Question

prove that root 2 and root 7 irrational number by mathematically mathematically

Answer 1

Hello Mate!

$let \: \sqrt{2} \: be \: rational \: no. \\ \sqrt{2} = \frac{p}{q} \\ 2 = \frac{ {p}^{2} }{ {q}^{2} } \\ 2 {q}^{2} = {p}^{2} \\here \: 2 \: is \: factor \: of \: q \\ p \\ let \: some \: natural \: no. \: be \: m \\ 2m = p \\ {2}^{2} {m}^{2} = {p}^{2} \\ 4 {m}^{2} = 2 {q}^{2} \\ 2 {m}^{2} = {q}^{2} \\ hre \: 2 \: is \: factor \: of \: q$

But it can not be possible.

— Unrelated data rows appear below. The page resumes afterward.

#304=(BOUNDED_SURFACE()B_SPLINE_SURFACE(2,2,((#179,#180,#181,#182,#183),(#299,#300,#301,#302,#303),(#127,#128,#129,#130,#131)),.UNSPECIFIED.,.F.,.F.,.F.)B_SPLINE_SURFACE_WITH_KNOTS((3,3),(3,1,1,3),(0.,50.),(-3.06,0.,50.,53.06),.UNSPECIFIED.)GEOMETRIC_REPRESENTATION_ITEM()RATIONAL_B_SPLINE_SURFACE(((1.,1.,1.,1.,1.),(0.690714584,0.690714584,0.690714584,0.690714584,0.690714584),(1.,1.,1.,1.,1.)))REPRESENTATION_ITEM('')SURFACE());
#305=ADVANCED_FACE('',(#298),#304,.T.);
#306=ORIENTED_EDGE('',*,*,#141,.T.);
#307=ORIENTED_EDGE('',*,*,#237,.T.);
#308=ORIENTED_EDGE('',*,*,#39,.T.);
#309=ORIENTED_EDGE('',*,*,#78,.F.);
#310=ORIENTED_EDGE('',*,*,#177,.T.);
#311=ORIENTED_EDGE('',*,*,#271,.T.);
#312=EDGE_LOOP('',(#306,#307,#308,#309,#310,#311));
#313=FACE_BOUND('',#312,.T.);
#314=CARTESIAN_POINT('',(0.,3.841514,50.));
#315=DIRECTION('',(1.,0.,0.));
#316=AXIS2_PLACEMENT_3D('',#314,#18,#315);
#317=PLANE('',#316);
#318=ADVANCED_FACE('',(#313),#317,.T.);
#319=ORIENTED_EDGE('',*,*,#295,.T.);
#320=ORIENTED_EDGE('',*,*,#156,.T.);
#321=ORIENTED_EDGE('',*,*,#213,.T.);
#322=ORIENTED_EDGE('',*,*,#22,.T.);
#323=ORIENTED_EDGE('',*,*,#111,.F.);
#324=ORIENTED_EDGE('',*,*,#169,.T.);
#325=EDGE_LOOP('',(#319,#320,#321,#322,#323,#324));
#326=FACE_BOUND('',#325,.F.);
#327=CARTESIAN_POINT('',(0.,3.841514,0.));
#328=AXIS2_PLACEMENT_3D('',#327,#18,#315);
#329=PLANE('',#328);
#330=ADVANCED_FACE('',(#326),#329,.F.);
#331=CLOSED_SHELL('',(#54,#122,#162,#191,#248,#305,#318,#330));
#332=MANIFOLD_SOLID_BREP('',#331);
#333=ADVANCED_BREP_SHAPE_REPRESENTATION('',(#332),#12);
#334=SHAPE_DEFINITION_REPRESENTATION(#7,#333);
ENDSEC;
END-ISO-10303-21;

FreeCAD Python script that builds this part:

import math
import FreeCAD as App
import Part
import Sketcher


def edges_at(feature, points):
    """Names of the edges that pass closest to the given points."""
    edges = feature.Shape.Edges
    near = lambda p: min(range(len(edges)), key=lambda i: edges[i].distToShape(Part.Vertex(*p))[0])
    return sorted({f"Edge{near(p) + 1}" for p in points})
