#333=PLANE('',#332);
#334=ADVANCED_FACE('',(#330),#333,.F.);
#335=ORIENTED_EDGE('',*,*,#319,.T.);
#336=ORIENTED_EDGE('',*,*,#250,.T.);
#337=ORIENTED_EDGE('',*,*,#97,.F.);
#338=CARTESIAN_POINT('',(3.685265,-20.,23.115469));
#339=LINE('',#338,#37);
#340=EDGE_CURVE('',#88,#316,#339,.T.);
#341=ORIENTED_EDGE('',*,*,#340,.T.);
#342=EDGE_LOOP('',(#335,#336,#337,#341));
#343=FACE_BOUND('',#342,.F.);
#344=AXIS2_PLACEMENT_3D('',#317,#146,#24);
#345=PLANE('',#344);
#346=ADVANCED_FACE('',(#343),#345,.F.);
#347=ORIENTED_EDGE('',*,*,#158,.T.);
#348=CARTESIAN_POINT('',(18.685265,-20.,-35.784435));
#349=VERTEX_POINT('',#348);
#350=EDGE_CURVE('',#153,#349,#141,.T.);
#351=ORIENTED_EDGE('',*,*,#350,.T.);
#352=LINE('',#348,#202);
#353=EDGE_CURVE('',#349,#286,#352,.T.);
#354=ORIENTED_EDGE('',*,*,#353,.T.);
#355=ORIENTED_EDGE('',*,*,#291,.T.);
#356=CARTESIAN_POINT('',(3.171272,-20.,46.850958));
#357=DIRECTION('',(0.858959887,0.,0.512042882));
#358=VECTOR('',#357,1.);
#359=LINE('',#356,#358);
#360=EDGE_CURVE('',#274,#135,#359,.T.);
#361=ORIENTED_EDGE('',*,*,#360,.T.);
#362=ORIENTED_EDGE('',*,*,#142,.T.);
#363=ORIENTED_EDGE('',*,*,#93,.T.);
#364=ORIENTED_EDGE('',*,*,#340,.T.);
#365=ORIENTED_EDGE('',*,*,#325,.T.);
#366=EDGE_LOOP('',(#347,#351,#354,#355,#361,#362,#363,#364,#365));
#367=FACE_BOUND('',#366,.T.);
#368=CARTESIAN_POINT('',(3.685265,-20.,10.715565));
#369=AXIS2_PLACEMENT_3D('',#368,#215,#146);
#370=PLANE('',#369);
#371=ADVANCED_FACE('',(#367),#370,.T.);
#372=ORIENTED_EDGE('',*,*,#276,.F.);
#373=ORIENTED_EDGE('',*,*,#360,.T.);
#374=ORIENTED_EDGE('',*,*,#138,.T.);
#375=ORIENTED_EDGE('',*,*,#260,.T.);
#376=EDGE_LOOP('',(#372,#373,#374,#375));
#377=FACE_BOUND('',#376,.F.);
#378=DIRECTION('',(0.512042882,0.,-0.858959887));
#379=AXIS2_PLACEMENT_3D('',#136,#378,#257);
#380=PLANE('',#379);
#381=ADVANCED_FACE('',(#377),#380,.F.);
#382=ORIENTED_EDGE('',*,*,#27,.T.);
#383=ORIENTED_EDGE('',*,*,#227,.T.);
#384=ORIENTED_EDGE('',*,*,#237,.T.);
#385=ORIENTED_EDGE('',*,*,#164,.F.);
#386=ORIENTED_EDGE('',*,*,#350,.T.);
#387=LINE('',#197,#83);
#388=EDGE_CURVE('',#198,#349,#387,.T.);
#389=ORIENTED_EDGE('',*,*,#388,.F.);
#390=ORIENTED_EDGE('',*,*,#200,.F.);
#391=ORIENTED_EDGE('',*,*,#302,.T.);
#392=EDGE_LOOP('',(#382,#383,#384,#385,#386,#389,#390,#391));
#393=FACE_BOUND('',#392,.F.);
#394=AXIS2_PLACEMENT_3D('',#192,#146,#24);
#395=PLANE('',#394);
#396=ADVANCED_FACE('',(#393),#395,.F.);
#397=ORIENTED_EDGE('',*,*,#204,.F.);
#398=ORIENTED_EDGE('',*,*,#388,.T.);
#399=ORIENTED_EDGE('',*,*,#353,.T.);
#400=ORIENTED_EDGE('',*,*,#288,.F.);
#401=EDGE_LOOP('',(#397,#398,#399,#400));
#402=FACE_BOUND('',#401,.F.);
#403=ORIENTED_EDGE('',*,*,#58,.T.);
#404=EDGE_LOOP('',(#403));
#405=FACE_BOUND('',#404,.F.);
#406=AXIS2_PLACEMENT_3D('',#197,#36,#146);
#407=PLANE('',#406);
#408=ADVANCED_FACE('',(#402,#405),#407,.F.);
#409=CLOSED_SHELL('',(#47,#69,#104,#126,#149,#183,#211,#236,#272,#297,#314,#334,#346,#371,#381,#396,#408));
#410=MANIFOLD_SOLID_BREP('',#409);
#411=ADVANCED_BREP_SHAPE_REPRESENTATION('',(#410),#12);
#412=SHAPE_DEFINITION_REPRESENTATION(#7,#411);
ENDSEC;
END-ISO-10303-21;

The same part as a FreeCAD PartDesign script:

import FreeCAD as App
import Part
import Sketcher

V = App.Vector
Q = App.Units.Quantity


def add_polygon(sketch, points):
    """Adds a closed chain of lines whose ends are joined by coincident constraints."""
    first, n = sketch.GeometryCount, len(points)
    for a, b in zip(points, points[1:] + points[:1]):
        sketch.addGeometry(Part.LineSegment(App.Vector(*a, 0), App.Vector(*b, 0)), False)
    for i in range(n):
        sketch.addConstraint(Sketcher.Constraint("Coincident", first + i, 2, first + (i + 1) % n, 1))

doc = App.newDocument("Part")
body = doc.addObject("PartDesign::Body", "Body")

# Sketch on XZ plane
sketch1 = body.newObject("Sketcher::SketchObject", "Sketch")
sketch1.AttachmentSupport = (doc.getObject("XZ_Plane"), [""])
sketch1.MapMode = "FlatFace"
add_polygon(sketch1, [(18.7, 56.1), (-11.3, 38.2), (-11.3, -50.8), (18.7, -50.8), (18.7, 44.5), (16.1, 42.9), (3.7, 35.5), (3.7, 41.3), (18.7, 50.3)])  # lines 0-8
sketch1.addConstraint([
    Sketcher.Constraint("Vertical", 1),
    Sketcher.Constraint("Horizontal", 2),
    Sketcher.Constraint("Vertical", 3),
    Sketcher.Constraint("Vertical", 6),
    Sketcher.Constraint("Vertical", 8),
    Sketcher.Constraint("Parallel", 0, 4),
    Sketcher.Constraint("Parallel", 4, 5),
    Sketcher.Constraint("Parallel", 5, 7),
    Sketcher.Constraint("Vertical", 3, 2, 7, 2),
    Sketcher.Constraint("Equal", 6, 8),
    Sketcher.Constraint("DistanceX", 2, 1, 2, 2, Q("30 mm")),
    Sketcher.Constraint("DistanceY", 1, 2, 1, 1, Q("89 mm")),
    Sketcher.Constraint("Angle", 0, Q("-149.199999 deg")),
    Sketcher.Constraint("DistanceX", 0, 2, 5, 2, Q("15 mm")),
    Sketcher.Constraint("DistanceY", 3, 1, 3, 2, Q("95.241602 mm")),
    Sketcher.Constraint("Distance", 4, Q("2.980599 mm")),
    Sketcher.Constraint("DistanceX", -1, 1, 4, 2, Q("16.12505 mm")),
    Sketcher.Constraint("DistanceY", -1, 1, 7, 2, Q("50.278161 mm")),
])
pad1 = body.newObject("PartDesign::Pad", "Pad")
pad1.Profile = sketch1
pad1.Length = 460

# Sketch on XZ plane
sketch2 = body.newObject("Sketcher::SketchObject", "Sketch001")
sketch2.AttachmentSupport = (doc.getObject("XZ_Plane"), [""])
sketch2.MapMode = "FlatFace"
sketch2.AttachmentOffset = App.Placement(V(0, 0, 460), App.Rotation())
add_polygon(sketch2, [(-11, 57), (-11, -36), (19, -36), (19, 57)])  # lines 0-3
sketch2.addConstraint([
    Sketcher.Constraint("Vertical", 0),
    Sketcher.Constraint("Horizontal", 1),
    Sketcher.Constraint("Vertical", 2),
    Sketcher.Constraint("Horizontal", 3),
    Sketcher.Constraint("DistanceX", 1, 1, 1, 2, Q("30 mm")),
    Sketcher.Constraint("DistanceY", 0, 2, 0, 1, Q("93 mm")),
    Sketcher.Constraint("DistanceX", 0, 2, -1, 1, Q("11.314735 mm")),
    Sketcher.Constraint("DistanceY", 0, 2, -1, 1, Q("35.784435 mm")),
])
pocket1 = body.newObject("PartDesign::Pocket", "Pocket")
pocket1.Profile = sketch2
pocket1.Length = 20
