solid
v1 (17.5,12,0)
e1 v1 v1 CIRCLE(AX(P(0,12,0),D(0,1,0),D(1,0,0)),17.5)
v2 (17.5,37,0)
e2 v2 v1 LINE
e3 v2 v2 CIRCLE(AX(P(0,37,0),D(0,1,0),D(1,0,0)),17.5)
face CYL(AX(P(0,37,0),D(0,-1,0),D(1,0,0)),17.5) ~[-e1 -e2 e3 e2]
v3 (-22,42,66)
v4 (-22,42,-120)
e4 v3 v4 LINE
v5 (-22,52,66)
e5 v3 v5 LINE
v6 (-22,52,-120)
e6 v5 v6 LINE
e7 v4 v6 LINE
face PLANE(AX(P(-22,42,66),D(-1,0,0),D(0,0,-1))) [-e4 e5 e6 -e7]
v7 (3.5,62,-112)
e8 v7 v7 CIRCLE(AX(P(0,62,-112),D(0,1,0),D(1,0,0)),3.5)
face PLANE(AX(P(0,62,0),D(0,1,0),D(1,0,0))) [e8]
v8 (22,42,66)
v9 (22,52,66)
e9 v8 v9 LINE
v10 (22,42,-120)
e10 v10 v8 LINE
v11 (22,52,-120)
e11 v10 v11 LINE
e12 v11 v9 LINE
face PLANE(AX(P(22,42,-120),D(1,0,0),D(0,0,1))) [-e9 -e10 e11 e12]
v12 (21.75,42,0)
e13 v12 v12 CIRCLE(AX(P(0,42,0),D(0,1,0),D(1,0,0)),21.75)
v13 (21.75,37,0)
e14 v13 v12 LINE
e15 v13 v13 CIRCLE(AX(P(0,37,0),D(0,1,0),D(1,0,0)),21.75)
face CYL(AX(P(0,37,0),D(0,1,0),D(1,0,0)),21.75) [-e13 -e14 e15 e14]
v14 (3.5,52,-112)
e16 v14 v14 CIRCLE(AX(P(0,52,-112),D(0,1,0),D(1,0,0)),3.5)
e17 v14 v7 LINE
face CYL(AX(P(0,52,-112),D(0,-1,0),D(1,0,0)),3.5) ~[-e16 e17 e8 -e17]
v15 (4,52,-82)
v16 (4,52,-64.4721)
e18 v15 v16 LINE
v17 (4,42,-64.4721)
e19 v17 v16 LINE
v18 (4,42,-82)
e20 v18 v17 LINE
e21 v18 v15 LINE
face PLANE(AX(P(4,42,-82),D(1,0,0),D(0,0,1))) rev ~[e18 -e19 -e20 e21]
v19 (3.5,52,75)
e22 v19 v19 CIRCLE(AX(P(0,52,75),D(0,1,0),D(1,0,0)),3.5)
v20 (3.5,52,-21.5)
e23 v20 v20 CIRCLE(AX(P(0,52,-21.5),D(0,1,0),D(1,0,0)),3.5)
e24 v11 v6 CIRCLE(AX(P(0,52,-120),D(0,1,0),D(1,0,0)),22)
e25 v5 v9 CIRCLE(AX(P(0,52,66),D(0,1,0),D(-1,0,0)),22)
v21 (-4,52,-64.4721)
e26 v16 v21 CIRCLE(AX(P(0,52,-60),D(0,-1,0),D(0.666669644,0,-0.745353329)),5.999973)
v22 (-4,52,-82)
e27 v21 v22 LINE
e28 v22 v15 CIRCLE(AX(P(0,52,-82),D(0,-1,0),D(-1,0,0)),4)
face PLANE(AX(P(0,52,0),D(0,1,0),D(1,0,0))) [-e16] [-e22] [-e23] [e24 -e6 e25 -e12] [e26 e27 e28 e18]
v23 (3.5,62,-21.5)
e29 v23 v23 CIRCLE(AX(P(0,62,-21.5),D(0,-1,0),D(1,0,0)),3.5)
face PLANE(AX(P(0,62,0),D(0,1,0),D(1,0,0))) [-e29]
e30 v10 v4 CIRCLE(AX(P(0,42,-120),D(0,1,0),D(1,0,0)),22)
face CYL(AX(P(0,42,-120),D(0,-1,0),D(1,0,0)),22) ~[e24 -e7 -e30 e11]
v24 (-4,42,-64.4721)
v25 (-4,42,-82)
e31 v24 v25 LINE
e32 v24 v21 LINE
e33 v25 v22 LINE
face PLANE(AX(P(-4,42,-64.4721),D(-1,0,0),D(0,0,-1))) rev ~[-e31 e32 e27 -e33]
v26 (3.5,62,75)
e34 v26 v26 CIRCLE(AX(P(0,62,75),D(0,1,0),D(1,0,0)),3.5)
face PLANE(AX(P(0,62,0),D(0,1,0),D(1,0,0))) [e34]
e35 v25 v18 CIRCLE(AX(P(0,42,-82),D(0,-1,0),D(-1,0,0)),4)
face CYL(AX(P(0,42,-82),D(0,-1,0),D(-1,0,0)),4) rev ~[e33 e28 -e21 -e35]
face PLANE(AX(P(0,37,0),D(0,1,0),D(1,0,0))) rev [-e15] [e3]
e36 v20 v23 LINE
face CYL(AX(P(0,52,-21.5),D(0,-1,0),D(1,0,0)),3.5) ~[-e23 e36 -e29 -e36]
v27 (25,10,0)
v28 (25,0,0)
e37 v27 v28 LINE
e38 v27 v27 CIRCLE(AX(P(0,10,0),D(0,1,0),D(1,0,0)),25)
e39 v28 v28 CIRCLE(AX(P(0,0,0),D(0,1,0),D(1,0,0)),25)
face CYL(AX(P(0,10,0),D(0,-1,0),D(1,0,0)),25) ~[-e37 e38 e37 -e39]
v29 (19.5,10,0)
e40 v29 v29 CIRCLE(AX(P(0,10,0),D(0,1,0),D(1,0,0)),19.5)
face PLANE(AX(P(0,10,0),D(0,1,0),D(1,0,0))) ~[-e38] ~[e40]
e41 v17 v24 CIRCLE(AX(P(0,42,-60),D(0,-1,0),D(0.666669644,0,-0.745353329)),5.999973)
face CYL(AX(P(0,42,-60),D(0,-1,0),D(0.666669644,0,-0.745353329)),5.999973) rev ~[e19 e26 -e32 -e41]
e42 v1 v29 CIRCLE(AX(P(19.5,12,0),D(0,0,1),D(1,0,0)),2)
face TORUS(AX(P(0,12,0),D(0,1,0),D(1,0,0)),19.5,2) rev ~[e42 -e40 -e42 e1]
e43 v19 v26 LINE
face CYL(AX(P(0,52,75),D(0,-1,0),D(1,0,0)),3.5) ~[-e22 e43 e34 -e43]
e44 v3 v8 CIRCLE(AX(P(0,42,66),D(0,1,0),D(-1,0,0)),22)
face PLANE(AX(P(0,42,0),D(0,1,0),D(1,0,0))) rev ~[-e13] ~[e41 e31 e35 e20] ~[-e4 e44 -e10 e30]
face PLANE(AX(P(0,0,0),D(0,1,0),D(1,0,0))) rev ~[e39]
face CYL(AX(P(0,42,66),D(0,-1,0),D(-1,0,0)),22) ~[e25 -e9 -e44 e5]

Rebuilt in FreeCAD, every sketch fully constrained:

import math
import FreeCAD as App
import Part
import Sketcher
from FreeCAD import Vector
Q = App.Units.Quantity


def edges_at(feature, points):
    """Names of the edges that pass closest to the given points."""
    edges = feature.Shape.Edges
    near = lambda p: min(range(len(edges)), key=lambda i: edges[i].distToShape(Part.Vertex(*p))[0])
    return sorted({f"Edge{near(p) + 1}" for p in points})

doc = App.newDocument("Part")
params = doc.addObject("Spreadsheet::Sheet", "Params")
for row, (alias, value) in enumerate([
    ("sketch1_height", "10 mm"),
    ("sketch1_height2", "5 mm"),
    ("sketch1_width", "25 mm"),
    ("sketch1_width2", "7.5 mm"),
    ("sketch1_width3", "4.25 mm"),
    ("revolution_angle", "360 deg"),
    ("sketch2_radius", "22 mm"),
    ("sketch2_height", "186 mm"),
    ("pad1_length", "10 mm"),
    ("fillet_radius", "2 mm"),
    ("sketch3_diameter", "7 mm"),
    ("pad2_length", "10 mm"),
    ("sketch4_radius", "6 mm"),
    ("sketch4_radius2", "4 mm"),
    ("pocket1_length", "10 mm"),
], start=1):
    params.set(f"A{row}", alias)
    params.set(f"B{row}", "=" + value)
    params.setAlias(f"B{row}", alias)

body = doc.addObject("PartDesign::Body", "Body")

sketch1 = doc.addObject("Sketcher::SketchObject", "Sketch")
body.addObject(sketch1)
sketch1.AttachmentSupport = (doc.XY_Plane, [""])
sketch1.MapMode = "FlatFace"
sketch1.addGeometry([
    Part.LineSegment(Vector(0, 42, 0), Vector(0, 0, 0)),
    Part.LineSegment(Vector(0, 0, 0), Vector(25, 0, 0)),
    Part.LineSegment(Vector(25, 0, 0), Vector(25, 10, 0)),
    Part.LineSegment(Vector(25, 10, 0), Vector(17.5, 10, 0)),
    Part.LineSegment(Vector(17.5, 10, 0), Vector(17.5, 37, 0)),
    Part.LineSegment(Vector(17.5, 37, 0), Vector(21.8, 37, 0)),
    Part.LineSegment(Vector(21.8, 37, 0), Vector(21.8, 42, 0)),
    Part.LineSegment(Vector(21.8, 42, 0), Vector(0, 42, 0)),
], False)
sketch1.addConstraint([
    Sketcher.Constraint("Coincident", 0, 2, 1, 1),
    Sketcher.Constraint("Coincident", 1, 2, 2, 1),
    Sketcher.Constraint("Coincident", 2, 2, 3, 1),
    Sketcher.Constraint("Coincident", 3, 2, 4, 1),
    Sketcher.Constraint("Coincident", 4, 2, 5, 1),
    Sketcher.Constraint("Coincident", 5, 2, 6, 1),
    Sketcher.Constraint("Coincident", 6, 2, 7, 1),
    Sketcher.Constraint("Coincident", 7, 2, 0, 1),
    Sketcher.Constraint("Vertical", 0),
    Sketcher.Constraint("Horizontal", 1),
    Sketcher.Constraint("Vertical", 2),
    Sketcher.Constraint("Horizontal", 3),
    Sketcher.Constraint("Vertical", 4),
    Sketcher.Constraint("Horizontal", 5),
    Sketcher.Constraint("Vertical", 6),
    Sketcher.Constraint("Horizontal", 7),
    Sketcher.Constraint("Coincident", 0, 2, -1, 1),
    Sketcher.Constraint("DistanceY", 2, 1, 2, 2, Q("10 mm")),
    Sketcher.Constraint("DistanceY", 6, 1, 6, 2, Q("5 mm")),
    Sketcher.Constraint("DistanceY", -1, 1, 4, 2, Q("37 mm")),
    Sketcher.Constraint("DistanceX", 1, 1, 1, 2, Q("25 mm")),
    Sketcher.Constraint("DistanceX", 3, 2, 3, 1, Q("7.5 mm")),
    Sketcher.Constraint("DistanceX", 5, 1, 5, 2, Q("4.25 mm")),
])
sketch1.setExpression("Constraints[17]", "Params.sketch1_height")
sketch1.setExpression("Constraints[18]", "Params.sketch1_height2")
sketch1.setExpression("Constraints[20]", "Params.sketch1_width")
sketch1.setExpression("Constraints[21]", "Params.sketch1_width2")
sketch1.setExpression("Constraints[22]", "Params.sketch1_width3")
revolution = doc.addObject("PartDesign::Revolution", "Revolution")
body.addObject(revolution)
revolution.Profile = sketch1
revolution.ReferenceAxis = (sketch1, ["V_Axis"])
revolution.setExpression("Angle", "Params.revolution_angle")

sketch2 = doc.addObject("Sketcher::SketchObject", "Sketch001")
body.addObject(sketch2)
sketch2.AttachmentSupport = (doc.XZ_Plane, [""])
sketch2.MapMode = "FlatFace"
sketch2.AttachmentOffset = App.Placement(Vector(0, 0, -42), App.Rotation())
sketch2.addGeometry([
    Part.LineSegment(Vector(-22, -120, 0), Vector(-22, 66, 0)),
    Part.ArcOfCircle(Part.Circle(Vector(0, 66, 0), Vector(0, 0, 1), 22), math.radians(0), math.radians(180)),
    Part.LineSegment(Vector(22, 66, 0), Vector(22, -120, 0)),
    Part.ArcOfCircle(Part.Circle(Vector(0, -120, 0), Vector(0, 0, 1), 22), math.radians(180), math.radians(360)),
], False)
sketch2.addConstraint([
    Sketcher.Constraint("Tangent", 0, 2, 1, 2),
    Sketcher.Constraint("Tangent", 1, 1, 2, 1),
    Sketcher.Constraint("Tangent", 2, 2, 3, 2),
    Sketcher.Constraint("Tangent", 3, 1, 0, 1),
    Sketcher.Constraint("Vertical", 0),
    Sketcher.Constraint("Vertical", 2),
    Sketcher.Constraint("PointOnObject", 1, 3, -2),
    Sketcher.Constraint("Radius", 1, Q("22 mm")),
    Sketcher.Constraint("DistanceY", 0, 1, 0, 2, Q("186 mm")),
    Sketcher.Constraint("DistanceY", -1, 1, 1, 3, Q("66 mm")),
])
sketch2.setExpression("Constraints[7]", "Params.sketch2_radius")
sketch2.setExpression("Constraints[8]", "Params.sketch2_height")
pad1 = doc.addObject("PartDesign::Pad", "Pad")
body.addObject(pad1)
pad1.Profile = sketch2
pad1.setExpression("Length", "Params.pad1_length")
pad1.Reversed = True
doc.recompute()

fillet = doc.addObject("PartDesign::Fillet", "Fillet")
body.addObject(fillet)
fillet.Base = (pad1, edges_at(pad1, [(-17.5, 10, 0)]))
fillet.setExpression("Radius", "Params.fillet_radius")

sketch3 = doc.addObject("Sketcher::SketchObject", "Sketch002")
body.addObject(sketch3)
sketch3.AttachmentSupport = (doc.XZ_Plane, [""])
sketch3.MapMode = "FlatFace"
sketch3.AttachmentOffset = App.Placement(Vector(0, 0, -52), App.Rotation())
sketch3.addGeometry([
    Part.Circle(Vector(0, 75, 0), Vector(0, 0, 1), 3.5),
    Part.Circle(Vector(0, -21.5, 0), Vector(0, 0, 1), 3.5),
    Part.Circle(Vector(0, -112, 0), Vector(0, 0, 1), 3.5),
], False)
sketch3.addConstraint([
    Sketcher.Constraint("Equal", 0, 1),
    Sketcher.Constraint("Equal", 1, 2),
    Sketcher.Constraint("PointOnObject", 0, 3, -2),
    Sketcher.Constraint("PointOnObject", 1, 3, -2),
    Sketcher.Constraint("PointOnObject", 2, 3, -2),
    Sketcher.Constraint("Diameter", 0, Q("7 mm")),
    Sketcher.Constraint("DistanceY", -1, 1, 0, 3, Q("75 mm")),
    Sketcher.Constraint("DistanceY", 1, 3, -1, 1, Q("21.5 mm")),
    Sketcher.Constraint("DistanceY", 2, 3, 1, 3, Q("90.5 mm")),
])
sketch3.setExpression("Constraints[5]", "Params.sketch3_diameter")
pad2 = doc.addObject("PartDesign::Pad", "Pad001")
body.addObject(pad2)
pad2.Profile = sketch3
pad2.setExpression("Length", "Params.pad2_length")
pad2.Reversed = True

sketch4 = doc.addObject("Sketcher::SketchObject", "Sketch003")
body.addObject(sketch4)
sketch4.AttachmentSupport = (doc.XZ_Plane, [""])
sketch4.MapMode = "FlatFace"
sketch4.AttachmentOffset = App.Placement(Vector(0, 0, -42), App.Rotation())
sketch4.addGeometry([
    Part.LineSegment(Vector(4, -82, 0), Vector(4, -64.5, 0)),
    Part.ArcOfCircle(Part.Circle(Vector(0, -60, 0), Vector(0, 0, 1), 6), math.radians(-48), math.radians(228)),
    Part.LineSegment(Vector(-4, -64.5, 0), Vector(-4, -82, 0)),
    Part.ArcOfCircle(Part.Circle(Vector(0, -82, 0), Vector(0, 0, 1), 4), math.radians(180), math.radians(360)),
], False)
sketch4.addConstraint([
    Sketcher.Constraint("Coincident", 0, 2, 1, 1),
    Sketcher.Constraint("Coincident", 1, 2, 2, 1),
    Sketcher.Constraint("Tangent", 2, 2, 3, 1),
    Sketcher.Constraint("Tangent", 3, 2, 0, 1),
    Sketcher.Constraint("Vertical", 0),
    Sketcher.Constraint("Vertical", 2),
    Sketcher.Constraint("Symmetric", 0, 2, 1, 2, -2),
    Sketcher.Constraint("Radius", 1, Q("6 mm")),
    Sketcher.Constraint("Radius", 3, Q("4 mm")),
    Sketcher.Constraint("DistanceY", 1, 3, -1, 1, Q("60 mm")),
    Sketcher.Constraint("DistanceY", 3, 3, 1, 3, Q("22 mm")),
])
sketch4.setExpression("Constraints[7]", "Params.sketch4_radius")
sketch4.setExpression("Constraints[8]", "Params.sketch4_radius2")
pocket1 = doc.addObject("PartDesign::Pocket", "Pocket")
body.addObject(pocket1)
pocket1.Profile = sketch4
pocket1.setExpression("Length", "Params.pocket1_length")

doc.recompute()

So contradiction says that
$\sqrt{2} \: is \: irrational$

Similarly in case of root 7

$\sqrt{7} = \frac{p}{q} \\ 7 = \frac{ {p}^{2} }{ {q}^{2} } \\ 7 {q}^{2} = {p}^{2} \\ 7 \: is \: factor \: of \: p \\ 7m = p \\ {7}^{2} {m}^{2} = {p}^{2} \\ 49 {m}^{2} = 7 {q}^{2} \\ 7 {m}^{2} = {q}^{2} \\ 7 \: is \: factor \: of \: q$

But contradiction says that root 7 is irrational no. , because it cannot have common factor.